目前,一些生产系统虽然能实现合理的平均延迟,但在 P95(95% 分位)指标下仍会出现令人沮丧的数秒延迟。当工具调用或多模态步骤需要多轮交互时,这些延迟会变得更加明显。Cerebras 帮助解决了堆栈中最关键的瓶颈之一:语言模型的响应时间。通过使推理速度显著加快且更加稳定,Cerebras 让 Hugging Face 流水线的其余部分得以充分发挥。这种稳定性在长尾场景中尤为重要。许多系统可以提供可接受的平均响应时间,但偶尔出现的缓慢响应仍会让对话显得不可靠。

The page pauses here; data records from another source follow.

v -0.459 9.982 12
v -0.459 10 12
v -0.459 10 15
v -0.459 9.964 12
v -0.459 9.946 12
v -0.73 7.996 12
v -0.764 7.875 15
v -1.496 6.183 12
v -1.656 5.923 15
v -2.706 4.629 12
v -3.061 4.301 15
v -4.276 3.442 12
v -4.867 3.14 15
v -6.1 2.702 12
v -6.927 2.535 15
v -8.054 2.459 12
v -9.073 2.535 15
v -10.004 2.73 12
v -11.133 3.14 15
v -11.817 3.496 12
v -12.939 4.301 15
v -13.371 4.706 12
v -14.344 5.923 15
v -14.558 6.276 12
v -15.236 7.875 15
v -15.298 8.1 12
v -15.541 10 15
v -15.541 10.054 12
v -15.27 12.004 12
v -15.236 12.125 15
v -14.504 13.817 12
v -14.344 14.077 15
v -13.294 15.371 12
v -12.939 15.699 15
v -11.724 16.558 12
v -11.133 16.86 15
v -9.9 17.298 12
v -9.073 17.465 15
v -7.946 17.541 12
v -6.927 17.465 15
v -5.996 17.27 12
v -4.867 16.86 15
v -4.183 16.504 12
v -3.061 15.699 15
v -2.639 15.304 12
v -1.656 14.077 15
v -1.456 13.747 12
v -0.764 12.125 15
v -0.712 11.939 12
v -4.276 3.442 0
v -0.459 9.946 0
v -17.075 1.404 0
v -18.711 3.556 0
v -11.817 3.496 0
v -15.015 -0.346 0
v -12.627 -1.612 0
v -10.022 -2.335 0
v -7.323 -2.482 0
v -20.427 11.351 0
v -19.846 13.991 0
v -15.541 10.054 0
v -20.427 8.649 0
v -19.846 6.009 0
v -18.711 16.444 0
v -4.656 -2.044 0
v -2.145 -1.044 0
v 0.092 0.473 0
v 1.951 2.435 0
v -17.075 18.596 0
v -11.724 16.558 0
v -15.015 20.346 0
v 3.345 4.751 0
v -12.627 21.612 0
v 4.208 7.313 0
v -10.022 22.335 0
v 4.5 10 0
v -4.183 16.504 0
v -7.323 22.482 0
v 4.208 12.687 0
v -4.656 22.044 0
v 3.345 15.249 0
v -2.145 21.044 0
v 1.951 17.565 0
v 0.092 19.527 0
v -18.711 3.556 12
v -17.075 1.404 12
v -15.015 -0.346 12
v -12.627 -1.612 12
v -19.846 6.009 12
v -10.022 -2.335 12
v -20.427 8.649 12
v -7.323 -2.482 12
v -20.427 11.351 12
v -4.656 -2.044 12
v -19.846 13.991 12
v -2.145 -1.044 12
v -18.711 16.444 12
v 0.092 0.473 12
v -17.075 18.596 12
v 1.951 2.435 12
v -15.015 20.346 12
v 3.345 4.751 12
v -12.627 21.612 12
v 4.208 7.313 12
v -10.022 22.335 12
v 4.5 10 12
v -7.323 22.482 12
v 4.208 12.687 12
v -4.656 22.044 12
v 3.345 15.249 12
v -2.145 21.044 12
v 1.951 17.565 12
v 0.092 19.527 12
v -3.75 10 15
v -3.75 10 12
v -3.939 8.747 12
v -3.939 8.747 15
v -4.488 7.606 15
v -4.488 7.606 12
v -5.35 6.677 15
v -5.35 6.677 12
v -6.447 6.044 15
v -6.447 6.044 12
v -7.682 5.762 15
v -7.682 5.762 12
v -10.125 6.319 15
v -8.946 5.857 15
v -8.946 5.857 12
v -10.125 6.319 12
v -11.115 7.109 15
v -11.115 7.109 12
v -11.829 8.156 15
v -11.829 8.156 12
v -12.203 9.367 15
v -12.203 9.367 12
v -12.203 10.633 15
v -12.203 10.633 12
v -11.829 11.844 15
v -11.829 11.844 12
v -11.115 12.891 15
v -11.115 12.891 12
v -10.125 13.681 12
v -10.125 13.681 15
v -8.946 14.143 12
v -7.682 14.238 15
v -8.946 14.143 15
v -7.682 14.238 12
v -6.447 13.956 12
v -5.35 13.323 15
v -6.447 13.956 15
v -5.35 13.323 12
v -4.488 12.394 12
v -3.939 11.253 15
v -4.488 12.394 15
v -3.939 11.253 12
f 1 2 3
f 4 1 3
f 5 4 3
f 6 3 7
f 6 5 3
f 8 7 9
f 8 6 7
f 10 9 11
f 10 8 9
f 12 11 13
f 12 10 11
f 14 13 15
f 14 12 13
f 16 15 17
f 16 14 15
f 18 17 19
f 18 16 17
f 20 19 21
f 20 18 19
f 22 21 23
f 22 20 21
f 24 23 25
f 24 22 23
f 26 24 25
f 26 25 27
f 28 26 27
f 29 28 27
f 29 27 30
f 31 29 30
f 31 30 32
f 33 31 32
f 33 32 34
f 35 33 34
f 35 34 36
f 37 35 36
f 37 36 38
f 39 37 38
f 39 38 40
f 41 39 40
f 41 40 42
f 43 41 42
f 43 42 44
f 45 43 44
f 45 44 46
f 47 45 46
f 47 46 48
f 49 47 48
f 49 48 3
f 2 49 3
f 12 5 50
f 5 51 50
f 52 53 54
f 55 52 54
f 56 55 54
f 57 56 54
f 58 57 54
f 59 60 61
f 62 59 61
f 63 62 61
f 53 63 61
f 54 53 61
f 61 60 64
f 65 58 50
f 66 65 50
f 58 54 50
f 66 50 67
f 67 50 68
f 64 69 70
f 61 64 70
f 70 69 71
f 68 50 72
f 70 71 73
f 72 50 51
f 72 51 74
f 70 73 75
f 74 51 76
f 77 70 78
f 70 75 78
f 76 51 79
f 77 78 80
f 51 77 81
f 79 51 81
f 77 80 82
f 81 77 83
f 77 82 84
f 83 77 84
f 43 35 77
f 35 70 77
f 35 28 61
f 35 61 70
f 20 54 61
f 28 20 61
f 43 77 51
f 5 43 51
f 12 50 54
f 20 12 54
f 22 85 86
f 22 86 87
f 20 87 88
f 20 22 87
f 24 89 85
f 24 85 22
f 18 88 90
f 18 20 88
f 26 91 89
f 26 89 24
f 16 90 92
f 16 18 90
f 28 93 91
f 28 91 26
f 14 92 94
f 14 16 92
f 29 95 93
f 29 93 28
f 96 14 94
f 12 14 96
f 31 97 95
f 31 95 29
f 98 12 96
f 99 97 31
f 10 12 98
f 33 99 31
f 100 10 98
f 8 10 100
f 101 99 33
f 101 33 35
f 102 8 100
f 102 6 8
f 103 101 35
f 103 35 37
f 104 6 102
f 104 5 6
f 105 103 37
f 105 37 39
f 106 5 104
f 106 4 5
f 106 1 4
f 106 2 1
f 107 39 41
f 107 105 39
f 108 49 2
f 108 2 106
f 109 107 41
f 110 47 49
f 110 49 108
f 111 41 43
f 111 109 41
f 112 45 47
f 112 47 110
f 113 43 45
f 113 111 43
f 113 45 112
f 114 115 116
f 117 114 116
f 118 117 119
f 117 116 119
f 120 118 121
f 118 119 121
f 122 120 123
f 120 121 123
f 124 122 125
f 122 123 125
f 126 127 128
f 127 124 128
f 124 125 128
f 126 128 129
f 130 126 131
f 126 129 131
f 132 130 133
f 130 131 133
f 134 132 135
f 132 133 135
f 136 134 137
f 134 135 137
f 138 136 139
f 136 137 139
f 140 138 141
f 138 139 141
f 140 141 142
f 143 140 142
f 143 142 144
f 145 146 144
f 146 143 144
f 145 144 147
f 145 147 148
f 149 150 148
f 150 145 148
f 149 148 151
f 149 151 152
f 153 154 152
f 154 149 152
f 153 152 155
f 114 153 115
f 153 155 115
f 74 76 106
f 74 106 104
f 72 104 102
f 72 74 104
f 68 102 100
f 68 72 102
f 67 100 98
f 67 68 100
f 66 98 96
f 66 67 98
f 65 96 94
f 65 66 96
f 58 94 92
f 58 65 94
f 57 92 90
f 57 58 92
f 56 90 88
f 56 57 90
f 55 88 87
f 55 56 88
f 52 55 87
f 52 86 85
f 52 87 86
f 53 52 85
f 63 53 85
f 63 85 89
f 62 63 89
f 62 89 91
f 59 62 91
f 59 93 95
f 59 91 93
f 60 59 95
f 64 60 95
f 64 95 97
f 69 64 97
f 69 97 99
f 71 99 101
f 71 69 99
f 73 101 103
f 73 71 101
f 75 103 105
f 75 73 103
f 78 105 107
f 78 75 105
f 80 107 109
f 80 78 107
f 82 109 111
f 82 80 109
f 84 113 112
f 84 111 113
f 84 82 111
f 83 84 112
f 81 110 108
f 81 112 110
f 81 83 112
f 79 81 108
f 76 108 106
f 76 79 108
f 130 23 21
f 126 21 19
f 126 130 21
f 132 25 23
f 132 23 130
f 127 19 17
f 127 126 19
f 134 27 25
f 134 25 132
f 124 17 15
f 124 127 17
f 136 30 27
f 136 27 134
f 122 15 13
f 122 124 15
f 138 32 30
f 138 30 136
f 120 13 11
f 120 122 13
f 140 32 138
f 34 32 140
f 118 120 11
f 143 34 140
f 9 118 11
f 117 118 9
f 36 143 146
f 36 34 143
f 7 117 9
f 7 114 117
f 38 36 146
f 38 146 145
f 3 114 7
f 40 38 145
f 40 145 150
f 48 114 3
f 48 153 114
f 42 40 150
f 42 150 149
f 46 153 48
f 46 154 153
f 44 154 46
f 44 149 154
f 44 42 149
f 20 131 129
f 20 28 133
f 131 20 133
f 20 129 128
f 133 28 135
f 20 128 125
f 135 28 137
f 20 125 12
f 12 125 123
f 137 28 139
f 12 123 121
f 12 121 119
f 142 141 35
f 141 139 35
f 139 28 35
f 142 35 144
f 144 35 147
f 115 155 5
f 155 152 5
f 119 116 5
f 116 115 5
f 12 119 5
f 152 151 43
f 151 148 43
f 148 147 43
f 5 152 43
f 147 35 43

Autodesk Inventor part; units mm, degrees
ref_plane "YZ Plane" through (0, 0, 0) normal (1, 0, 0) x (0, 1, 0)
ref_plane "XZ Plane" through (0, 0, 0) normal (0, 1, 0) x (-1, 0, 0)
ref_plane "XY Plane" through (0, 0, 0) normal (0, 0, 1) x (1, 0, 0)
sketch "Sketch1" plane through (0, 0, 0) normal (0, 0, 1) x (1, 0, 0)
  line L0 (-14.3448, 13.9006) -> (-7.8021, 17.4592)
  line L1 (-14.3448, 13.9006) -> (-14.5342, 6.4551)
  line L2 (-14.5342, 6.4551) -> (-8.1811, 2.5683)
  line L3 (-8.1811, 2.5683) -> (-1.6384, 6.127)
  line L4 (-1.4489, 13.5724) -> (-1.6384, 6.127)
  line L5 (-7.8021, 17.4592) -> (-1.4489, 13.5724)
  circle A0 centre (-8, 10) radius 4
  circle A1 centre (-8, 10) radius 7.5414
  line L6 (-4.1827, 16.5039) -> (-0.4588, 9.9461)
  line L7 (-0.4588, 9.9461) -> (-4.2761, 3.4422)
  line L8 (-4.2761, 3.4422) -> (-11.8173, 3.4961)
  line L9 (-11.8173, 3.4961) -> (-15.5412, 10.0539)
  line L10 (-15.5412, 10.0539) -> (-11.7239, 16.5578)
  line L11 (-11.7239, 16.5578) -> (-4.1827, 16.5039)
  circle A2 centre (-8, 10) radius 4.25
  circle A3 centre (-8, 10) radius 12.5
  point P0 (0, 0)
extrude "Extrusion1" add sketch "Sketch1" along normal blind 12 contours L1 L10 A1 L0 | L0 L10 L1 | L11 A1 L5 L0 | L0 L5 L11 | L9 L2 L1 | L1 L2 L9 A1 | A1 L6 L4 L5 | L8 L2 L3 A1 | L5 L4 L6 | L8 L3 L2 | L7 L3 L4 A1 | L7 L4 L3 | A3
sketch "Sketch2" plane through (-8, 10, 12) normal (0, 0, 1) x (1, 0, 0)
  circle A0 centre (0, 0) radius 4.25
  line L0 (7.5412, -0.0539) -> (3.7239, -6.5578) projected
  circle A1 centre (0, 0) radius 7.5414
  point P0 (8, -10)
  dimension "d4" = 8.5
extrude "Extrusion2" add sketch "Sketch2" along normal blind 3
properties part number "gear1"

Built for real-world interaction

为现实世界的交互而生

This same Hugging Face speech-to-speech pipeline already powers Reachy Mini robots, with more than 9,000 robots in the wild. For robots, voice assistants, and embodied AI, responsiveness is not a cosmetic improvement. It is what makes the interaction feel alive. The motivation to use Cerebras is therefore not simply cost reduction. It is low latency, predictable performance, and the ability to create real-time experiences that feel natural at scale. This collaboration reflects a shared belief that the future of AI will be both open and performant. Open-source models, open infrastructure, and breakthrough inference speed together create a foundation for the next generation of conversational AI. We invite developers to explore the demo, experiment with the code, and help shape what comes next for real-time voice AI.

同样的 Hugging Face 语音到语音流水线已经为 Reachy Mini 机器人提供支持,目前已有超过 9,000 台机器人投入使用。对于机器人、语音助手和具身智能而言,响应速度并非锦上添花,而是让交互变得“鲜活”的关键。因此,使用 Cerebras 的动机不仅仅是为了降低成本,更是为了实现低延迟、可预测的性能,以及在大规模场景下创造自然实时体验的能力。此次合作反映了一个共同信念:AI 的未来既是开放的,也是高性能的。开源模型、开放基础设施和突破性的推理速度共同为下一代对话式 AI 奠定了基础。我们诚邀开发者探索该演示,尝试代码,并共同塑造实时语音 AI 的未来。